Lines from the line with "#65=FACE_BOUND('',#64,.T.);" to the line with "# FreeCAD 1.0 macro for this part" in the entries below, and only those, must be output exactly, with both ends included.

**RECORDS PROVIDED**
────────
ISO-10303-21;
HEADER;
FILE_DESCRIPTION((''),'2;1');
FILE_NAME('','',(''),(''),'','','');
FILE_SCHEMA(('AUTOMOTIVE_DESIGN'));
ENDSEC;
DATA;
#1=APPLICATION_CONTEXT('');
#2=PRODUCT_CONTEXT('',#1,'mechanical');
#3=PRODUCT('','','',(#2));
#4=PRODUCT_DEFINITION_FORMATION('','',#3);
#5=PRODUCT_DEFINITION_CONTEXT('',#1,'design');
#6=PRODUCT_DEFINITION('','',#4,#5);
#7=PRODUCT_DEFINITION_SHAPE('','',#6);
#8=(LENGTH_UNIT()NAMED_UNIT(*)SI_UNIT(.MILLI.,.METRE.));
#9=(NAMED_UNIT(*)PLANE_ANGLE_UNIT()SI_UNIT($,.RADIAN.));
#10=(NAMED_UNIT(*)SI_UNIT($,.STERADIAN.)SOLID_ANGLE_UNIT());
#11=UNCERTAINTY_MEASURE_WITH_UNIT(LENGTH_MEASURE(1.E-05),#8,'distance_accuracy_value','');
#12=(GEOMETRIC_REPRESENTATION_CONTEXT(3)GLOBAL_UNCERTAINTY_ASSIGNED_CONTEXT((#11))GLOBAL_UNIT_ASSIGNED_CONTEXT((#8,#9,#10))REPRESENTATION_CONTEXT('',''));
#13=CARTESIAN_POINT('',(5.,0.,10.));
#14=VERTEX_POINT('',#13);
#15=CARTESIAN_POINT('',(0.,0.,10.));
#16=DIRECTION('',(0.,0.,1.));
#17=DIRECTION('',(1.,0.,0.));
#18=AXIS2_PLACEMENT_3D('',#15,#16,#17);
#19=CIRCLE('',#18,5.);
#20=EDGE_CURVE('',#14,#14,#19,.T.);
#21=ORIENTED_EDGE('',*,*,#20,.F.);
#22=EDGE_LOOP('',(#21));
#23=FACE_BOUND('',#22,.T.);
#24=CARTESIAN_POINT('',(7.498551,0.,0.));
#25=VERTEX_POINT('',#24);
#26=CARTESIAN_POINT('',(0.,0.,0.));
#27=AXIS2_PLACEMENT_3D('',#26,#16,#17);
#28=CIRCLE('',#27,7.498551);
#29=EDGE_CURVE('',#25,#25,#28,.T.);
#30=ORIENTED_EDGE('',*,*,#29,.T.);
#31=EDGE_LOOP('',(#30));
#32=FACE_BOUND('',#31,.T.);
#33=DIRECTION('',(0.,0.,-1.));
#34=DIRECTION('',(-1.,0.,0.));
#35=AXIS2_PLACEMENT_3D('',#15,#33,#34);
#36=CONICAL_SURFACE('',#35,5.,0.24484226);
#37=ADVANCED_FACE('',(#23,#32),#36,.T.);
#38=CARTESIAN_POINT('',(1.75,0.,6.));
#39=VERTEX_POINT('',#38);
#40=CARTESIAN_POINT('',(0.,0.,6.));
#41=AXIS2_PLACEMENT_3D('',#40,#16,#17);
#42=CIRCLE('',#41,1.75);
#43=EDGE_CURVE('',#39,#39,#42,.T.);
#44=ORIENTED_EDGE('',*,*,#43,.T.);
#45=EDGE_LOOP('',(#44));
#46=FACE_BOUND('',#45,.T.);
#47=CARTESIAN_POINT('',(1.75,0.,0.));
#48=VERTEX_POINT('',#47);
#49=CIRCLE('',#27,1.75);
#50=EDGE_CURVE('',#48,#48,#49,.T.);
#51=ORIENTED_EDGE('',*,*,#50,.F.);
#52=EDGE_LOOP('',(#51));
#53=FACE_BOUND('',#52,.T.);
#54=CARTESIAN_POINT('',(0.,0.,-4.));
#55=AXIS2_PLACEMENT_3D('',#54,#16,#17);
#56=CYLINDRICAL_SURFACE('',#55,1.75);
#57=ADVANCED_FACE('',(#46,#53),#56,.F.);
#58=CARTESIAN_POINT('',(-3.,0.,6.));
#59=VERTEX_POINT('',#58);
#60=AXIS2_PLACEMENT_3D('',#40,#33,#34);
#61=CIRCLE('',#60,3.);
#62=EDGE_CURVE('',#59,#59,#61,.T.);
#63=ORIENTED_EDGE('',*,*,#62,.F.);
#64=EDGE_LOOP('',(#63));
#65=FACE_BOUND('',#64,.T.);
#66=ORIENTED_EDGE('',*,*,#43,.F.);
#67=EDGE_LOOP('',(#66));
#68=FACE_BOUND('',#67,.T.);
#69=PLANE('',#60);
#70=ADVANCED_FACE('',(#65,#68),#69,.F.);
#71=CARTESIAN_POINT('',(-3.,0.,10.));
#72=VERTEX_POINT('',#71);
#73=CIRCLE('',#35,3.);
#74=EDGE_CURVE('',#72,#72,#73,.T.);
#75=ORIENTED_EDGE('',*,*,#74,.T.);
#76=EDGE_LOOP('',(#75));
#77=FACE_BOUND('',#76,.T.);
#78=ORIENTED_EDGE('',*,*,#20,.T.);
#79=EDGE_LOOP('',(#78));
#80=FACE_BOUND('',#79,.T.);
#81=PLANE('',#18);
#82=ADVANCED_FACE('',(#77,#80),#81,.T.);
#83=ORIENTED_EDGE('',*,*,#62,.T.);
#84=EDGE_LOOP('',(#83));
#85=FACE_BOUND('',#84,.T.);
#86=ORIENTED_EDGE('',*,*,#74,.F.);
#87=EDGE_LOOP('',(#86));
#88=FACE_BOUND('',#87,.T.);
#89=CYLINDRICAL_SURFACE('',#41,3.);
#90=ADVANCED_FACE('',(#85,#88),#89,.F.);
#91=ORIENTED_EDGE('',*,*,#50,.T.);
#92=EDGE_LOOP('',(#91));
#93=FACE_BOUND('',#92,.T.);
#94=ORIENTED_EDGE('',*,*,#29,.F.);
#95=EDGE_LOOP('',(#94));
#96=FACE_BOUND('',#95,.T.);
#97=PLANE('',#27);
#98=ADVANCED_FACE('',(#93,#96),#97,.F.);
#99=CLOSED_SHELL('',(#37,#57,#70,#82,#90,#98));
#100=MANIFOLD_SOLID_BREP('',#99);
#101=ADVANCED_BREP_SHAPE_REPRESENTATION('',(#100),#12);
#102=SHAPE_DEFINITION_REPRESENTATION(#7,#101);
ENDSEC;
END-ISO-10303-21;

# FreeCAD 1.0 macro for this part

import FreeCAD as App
import Part
import Sketcher

doc = App.newDocument("Part")
params = doc.addObject("Spreadsheet::Sheet", "Params")
for row, (alias, value) in enumerate([
    ("sketch2_diameter", "10 mm"),
    ("sketch3_diameter", "6 mm"),
    ("pocket1_length", "4 mm"),
    ("sketch4_diameter", "3.5 mm"),
    ("pocket2_length", "10 mm"),
], start=1):
    params.set(f"A{row}", alias)
    params.set(f"B{row}", "=" + value)
    params.setAlias(f"B{row}", alias)

body = doc.addObject("PartDesign::Body", "Body")

sketch1 = body.newObject("Sketcher::SketchObject", "Sketch")
sketch1.AttachmentSupport = (doc.getObject("XY_Plane"), [""])
sketch1.MapMode = "FlatFace"
sketch1.addGeometry(Part.Circle(App.Vector(0, 0, 0), App.Vector(0, 0, 1), 7), False)
sketch1.addConstraint(Sketcher.Constraint("Coincident", 0, 3, -1, 1))
sketch1.addConstraint(Sketcher.Constraint("Diameter", 0, 14.997102))

sketch2 = body.newObject("Sketcher::SketchObject", "Sketch001")
sketch2.AttachmentSupport = (doc.getObject("XY_Plane"), [""])
sketch2.MapMode = "FlatFace"
sketch2.AttachmentOffset = App.Placement(App.Vector(0, 0, 10), App.Rotation())
sketch2.addGeometry(Part.Circle(App.Vector(0, 0, 0), App.Vector(0, 0, 1), 5), False)
sketch2.addConstraint(Sketcher.Constraint("Coincident", 0, 3, -1, 1))
sketch2.addConstraint(Sketcher.Constraint("Diameter", 0, 10.0))
sketch2.setExpression("Constraints[1]", "Params.sketch2_diameter")

additiveloft = body.newObject("PartDesign::AdditiveLoft", "AdditiveLoft")
additiveloft.Profile = sketch1
additiveloft.Sections = [sketch2]

sketch3 = body.newObject("Sketcher::SketchObject", "Sketch002")
sketch3.AttachmentSupport = (doc.getObject("XY_Plane"), [""])
sketch3.MapMode = "FlatFace"
sketch3.AttachmentOffset = App.Placement(App.Vector(0, 0, 10), App.Rotation())
sketch3.addGeometry(Part.Circle(App.Vector(0, 0, 0), App.Vector(0, 0, 1), 3), False)
sketch3.addConstraint(Sketcher.Constraint("Coincident", 0, 3, -1, 1))
sketch3.addConstraint(Sketcher.Constraint("Diameter", 0, 6.0))
sketch3.setExpression("Constraints[1]", "Params.sketch3_diameter")
pocket1 = body.newObject("PartDesign::Pocket", "Pocket")
pocket1.Profile = sketch3
pocket1.setExpression("Length", "Params.pocket1_length")

sketch4 = body.newObject("Sketcher::SketchObject", "Sketch003")
sketch4.AttachmentSupport = (doc.getObject("XY_Plane"), [""])
sketch4.MapMode = "FlatFace"
sketch4.AttachmentOffset = App.Placement(App.Vector(0, 0, 6), App.Rotation())
sketch4.addGeometry(Part.Circle(App.Vector(0, 0, 0), App.Vector(0, 0, 1), 1.8), False)
sketch4.addConstraint(Sketcher.Constraint("Coincident", 0, 3, -1, 1))
sketch4.addConstraint(Sketcher.Constraint("Diameter", 0, 3.5))
sketch4.setExpression("Constraints[1]", "Params.sketch4_diameter")
pocket2 = body.newObject("PartDesign::Pocket", "Pocket001")
pocket2.Profile = sketch4
pocket2.setExpression("Length", "Params.pocket2_length")

doc.recompute()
────────
**FINISHED EXERCISE**
#65=FACE_BOUND('',#64,.T.);
#66=ORIENTED_EDGE('',*,*,#43,.F.);
#67=EDGE_LOOP('',(#66));
#68=FACE_BOUND('',#67,.T.);
#69=PLANE('',#60);
#70=ADVANCED_FACE('',(#65,#68),#69,.F.);
#71=CARTESIAN_POINT('',(-3.,0.,10.));
#72=VERTEX_POINT('',#71);
#73=CIRCLE('',#35,3.);
#74=EDGE_CURVE('',#72,#72,#73,.T.);
#75=ORIENTED_EDGE('',*,*,#74,.T.);
#76=EDGE_LOOP('',(#75));
#77=FACE_BOUND('',#76,.T.);
#78=ORIENTED_EDGE('',*,*,#20,.T.);
#79=EDGE_LOOP('',(#78));
#80=FACE_BOUND('',#79,.T.);
#81=PLANE('',#18);
#82=ADVANCED_FACE('',(#77,#80),#81,.T.);
#83=ORIENTED_EDGE('',*,*,#62,.T.);
#84=EDGE_LOOP('',(#83));
#85=FACE_BOUND('',#84,.T.);
#86=ORIENTED_EDGE('',*,*,#74,.F.);
#87=EDGE_LOOP('',(#86));
#88=FACE_BOUND('',#87,.T.);
#89=CYLINDRICAL_SURFACE('',#41,3.);
#90=ADVANCED_FACE('',(#85,#88),#89,.F.);
#91=ORIENTED_EDGE('',*,*,#50,.T.);
#92=EDGE_LOOP('',(#91));
#93=FACE_BOUND('',#92,.T.);
#94=ORIENTED_EDGE('',*,*,#29,.F.);
#95=EDGE_LOOP('',(#94));
#96=FACE_BOUND('',#95,.T.);
#97=PLANE('',#27);
#98=ADVANCED_FACE('',(#93,#96),#97,.F.);
#99=CLOSED_SHELL('',(#37,#57,#70,#82,#90,#98));
#100=MANIFOLD_SOLID_BREP('',#99);
#101=ADVANCED_BREP_SHAPE_REPRESENTATION('',(#100),#12);
#102=SHAPE_DEFINITION_REPRESENTATION(#7,#101);
ENDSEC;
END-ISO-10303-21;

# FreeCAD 1.0 macro for this part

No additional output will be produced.